> [WHAT TO DO] Below are lines of data, and only some are wanted. Please repeat exactly those from the line that has "extrude(amount=BOX314_DEPTH)" through the line that has "# Box312 → Box312 (new body)".

> [DATASET ENTRIES]

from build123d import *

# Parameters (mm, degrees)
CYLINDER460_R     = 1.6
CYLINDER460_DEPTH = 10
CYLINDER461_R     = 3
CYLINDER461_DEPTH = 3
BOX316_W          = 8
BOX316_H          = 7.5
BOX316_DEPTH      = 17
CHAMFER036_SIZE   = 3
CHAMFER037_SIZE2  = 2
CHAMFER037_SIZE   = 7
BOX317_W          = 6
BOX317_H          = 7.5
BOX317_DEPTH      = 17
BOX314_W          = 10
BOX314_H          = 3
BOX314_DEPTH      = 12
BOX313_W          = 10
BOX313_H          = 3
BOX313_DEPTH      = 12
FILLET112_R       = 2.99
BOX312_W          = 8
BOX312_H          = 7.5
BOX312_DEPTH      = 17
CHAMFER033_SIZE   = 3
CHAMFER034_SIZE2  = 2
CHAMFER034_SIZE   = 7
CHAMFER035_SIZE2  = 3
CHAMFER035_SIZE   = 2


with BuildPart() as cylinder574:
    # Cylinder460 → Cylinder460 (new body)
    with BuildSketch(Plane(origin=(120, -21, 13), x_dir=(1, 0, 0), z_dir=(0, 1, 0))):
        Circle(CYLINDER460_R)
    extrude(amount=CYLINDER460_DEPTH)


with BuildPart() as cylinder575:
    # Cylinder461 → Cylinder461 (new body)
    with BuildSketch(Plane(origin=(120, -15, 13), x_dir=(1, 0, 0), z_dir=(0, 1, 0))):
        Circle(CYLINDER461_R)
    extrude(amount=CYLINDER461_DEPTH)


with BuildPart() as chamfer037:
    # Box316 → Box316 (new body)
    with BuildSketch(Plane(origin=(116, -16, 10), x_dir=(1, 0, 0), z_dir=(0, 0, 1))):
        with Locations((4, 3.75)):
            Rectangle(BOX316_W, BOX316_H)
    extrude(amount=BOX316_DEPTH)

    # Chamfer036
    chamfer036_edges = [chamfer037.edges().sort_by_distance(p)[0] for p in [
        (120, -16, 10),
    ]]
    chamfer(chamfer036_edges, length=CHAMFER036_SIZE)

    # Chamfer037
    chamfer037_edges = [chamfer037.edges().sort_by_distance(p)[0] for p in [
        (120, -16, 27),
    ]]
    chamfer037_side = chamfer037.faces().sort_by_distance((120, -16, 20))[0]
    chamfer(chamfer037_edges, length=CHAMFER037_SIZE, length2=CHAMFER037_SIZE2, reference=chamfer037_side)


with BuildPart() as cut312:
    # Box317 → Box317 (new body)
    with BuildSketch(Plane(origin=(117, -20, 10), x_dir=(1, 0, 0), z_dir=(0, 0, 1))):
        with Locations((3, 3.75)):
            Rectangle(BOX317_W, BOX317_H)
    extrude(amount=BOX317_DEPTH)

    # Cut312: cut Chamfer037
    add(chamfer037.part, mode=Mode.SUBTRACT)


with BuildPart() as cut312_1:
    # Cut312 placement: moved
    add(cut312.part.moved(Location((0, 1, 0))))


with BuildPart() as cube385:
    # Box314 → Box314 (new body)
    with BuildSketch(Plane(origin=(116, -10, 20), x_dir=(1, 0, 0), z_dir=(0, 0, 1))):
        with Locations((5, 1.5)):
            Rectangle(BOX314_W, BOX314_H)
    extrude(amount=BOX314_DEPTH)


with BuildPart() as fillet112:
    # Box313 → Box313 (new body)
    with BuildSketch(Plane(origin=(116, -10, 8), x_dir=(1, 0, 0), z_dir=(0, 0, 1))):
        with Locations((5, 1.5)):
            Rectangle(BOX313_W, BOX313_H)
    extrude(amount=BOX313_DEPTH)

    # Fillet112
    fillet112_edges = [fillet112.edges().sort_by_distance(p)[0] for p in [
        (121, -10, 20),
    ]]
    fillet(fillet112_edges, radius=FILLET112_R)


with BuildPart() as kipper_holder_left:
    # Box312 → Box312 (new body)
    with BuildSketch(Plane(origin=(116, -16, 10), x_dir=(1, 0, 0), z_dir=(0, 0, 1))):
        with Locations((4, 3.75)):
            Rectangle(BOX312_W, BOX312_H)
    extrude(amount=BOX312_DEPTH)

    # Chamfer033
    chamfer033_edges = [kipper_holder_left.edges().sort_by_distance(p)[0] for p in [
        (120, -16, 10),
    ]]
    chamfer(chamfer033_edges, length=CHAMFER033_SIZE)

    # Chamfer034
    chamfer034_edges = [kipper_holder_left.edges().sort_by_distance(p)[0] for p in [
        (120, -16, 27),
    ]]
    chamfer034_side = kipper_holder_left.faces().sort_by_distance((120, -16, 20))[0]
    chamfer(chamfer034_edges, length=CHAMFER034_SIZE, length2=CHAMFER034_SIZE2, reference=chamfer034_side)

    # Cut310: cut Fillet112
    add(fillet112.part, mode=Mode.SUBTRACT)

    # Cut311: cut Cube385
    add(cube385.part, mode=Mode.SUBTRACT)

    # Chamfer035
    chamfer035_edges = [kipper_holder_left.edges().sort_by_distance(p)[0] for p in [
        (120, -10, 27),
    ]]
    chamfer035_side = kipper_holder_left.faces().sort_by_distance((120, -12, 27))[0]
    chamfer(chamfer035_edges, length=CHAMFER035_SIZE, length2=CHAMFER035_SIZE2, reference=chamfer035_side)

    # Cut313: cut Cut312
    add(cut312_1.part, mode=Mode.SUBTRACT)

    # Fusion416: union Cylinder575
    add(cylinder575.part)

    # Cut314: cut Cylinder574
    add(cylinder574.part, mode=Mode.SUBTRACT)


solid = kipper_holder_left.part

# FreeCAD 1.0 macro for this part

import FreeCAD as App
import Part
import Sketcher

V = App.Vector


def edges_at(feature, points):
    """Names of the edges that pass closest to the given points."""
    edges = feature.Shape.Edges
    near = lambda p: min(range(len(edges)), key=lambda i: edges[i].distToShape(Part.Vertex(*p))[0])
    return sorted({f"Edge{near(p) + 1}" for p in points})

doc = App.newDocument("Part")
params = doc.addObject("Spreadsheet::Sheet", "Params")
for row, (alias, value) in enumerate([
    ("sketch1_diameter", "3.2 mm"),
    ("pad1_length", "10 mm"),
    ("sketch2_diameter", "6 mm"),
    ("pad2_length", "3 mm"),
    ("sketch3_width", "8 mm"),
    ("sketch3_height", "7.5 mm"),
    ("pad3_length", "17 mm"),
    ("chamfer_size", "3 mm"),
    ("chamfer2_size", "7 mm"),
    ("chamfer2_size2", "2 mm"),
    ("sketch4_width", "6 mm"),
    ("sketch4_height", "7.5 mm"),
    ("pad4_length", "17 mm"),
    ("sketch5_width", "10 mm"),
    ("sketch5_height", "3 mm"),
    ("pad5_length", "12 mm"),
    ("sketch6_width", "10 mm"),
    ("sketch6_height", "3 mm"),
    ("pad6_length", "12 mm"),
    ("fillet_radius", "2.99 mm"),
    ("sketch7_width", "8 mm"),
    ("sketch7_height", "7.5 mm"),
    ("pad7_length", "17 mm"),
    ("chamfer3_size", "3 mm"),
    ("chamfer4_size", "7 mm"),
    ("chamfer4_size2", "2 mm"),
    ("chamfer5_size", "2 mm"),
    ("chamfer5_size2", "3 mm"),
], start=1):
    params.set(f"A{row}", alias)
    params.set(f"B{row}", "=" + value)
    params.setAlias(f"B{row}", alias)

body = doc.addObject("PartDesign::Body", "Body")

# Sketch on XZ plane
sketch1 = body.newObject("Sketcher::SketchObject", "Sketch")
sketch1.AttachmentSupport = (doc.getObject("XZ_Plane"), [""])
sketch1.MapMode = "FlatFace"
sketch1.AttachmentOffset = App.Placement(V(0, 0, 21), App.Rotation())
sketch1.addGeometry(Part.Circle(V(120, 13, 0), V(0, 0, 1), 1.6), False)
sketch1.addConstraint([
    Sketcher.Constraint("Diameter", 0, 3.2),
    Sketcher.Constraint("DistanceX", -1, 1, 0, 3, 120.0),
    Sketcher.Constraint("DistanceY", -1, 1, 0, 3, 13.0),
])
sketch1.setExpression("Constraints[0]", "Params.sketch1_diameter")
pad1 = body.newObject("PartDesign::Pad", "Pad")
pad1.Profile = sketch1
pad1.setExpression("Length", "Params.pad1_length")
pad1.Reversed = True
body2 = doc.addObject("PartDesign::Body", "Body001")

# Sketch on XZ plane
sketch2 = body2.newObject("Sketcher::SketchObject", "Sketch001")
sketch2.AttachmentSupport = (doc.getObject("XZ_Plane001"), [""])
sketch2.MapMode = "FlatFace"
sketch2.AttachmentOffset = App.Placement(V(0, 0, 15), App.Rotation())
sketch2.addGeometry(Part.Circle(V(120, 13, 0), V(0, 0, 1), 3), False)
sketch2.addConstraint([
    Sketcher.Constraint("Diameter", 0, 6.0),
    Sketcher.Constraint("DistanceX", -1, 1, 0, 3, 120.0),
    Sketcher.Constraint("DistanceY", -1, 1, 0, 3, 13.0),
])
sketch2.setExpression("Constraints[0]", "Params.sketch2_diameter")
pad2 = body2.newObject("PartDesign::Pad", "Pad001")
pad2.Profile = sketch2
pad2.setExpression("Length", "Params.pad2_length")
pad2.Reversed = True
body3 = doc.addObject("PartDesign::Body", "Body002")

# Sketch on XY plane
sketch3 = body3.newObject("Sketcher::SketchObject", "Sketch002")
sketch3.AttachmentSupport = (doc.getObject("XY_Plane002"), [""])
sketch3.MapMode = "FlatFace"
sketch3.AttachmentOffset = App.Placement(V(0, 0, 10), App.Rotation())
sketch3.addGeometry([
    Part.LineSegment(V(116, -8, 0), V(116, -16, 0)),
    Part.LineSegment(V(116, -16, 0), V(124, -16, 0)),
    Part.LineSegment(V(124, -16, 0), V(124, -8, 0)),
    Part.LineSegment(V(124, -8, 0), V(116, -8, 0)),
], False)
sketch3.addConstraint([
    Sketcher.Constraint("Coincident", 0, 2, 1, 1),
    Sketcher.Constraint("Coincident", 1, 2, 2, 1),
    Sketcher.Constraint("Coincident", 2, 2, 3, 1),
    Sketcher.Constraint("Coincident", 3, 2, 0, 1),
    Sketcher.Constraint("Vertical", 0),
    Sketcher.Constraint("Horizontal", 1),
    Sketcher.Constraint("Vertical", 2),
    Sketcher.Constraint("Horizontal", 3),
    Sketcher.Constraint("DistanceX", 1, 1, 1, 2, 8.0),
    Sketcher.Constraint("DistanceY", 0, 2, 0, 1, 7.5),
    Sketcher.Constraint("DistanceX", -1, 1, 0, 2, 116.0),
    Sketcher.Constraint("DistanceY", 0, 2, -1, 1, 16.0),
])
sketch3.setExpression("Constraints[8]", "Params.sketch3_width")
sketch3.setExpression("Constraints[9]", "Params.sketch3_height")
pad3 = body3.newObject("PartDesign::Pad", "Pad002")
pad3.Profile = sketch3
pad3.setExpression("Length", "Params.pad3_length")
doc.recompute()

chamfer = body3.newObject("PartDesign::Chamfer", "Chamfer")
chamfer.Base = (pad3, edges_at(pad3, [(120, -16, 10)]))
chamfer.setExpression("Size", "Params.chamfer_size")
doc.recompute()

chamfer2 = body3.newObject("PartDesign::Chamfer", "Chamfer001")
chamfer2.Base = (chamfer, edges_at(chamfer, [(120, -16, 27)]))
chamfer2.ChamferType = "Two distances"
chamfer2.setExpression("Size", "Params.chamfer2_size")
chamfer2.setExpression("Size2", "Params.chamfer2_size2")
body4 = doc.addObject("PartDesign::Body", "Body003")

> [TASK RESPONSE]
    extrude(amount=BOX314_DEPTH)


with BuildPart() as fillet112:
    # Box313 → Box313 (new body)
    with BuildSketch(Plane(origin=(116, -10, 8), x_dir=(1, 0, 0), z_dir=(0, 0, 1))):
        with Locations((5, 1.5)):
            Rectangle(BOX313_W, BOX313_H)
    extrude(amount=BOX313_DEPTH)

    # Fillet112
    fillet112_edges = [fillet112.edges().sort_by_distance(p)[0] for p in [
        (121, -10, 20),
    ]]
    fillet(fillet112_edges, radius=FILLET112_R)


with BuildPart() as kipper_holder_left:
    # Box312 → Box312 (new body)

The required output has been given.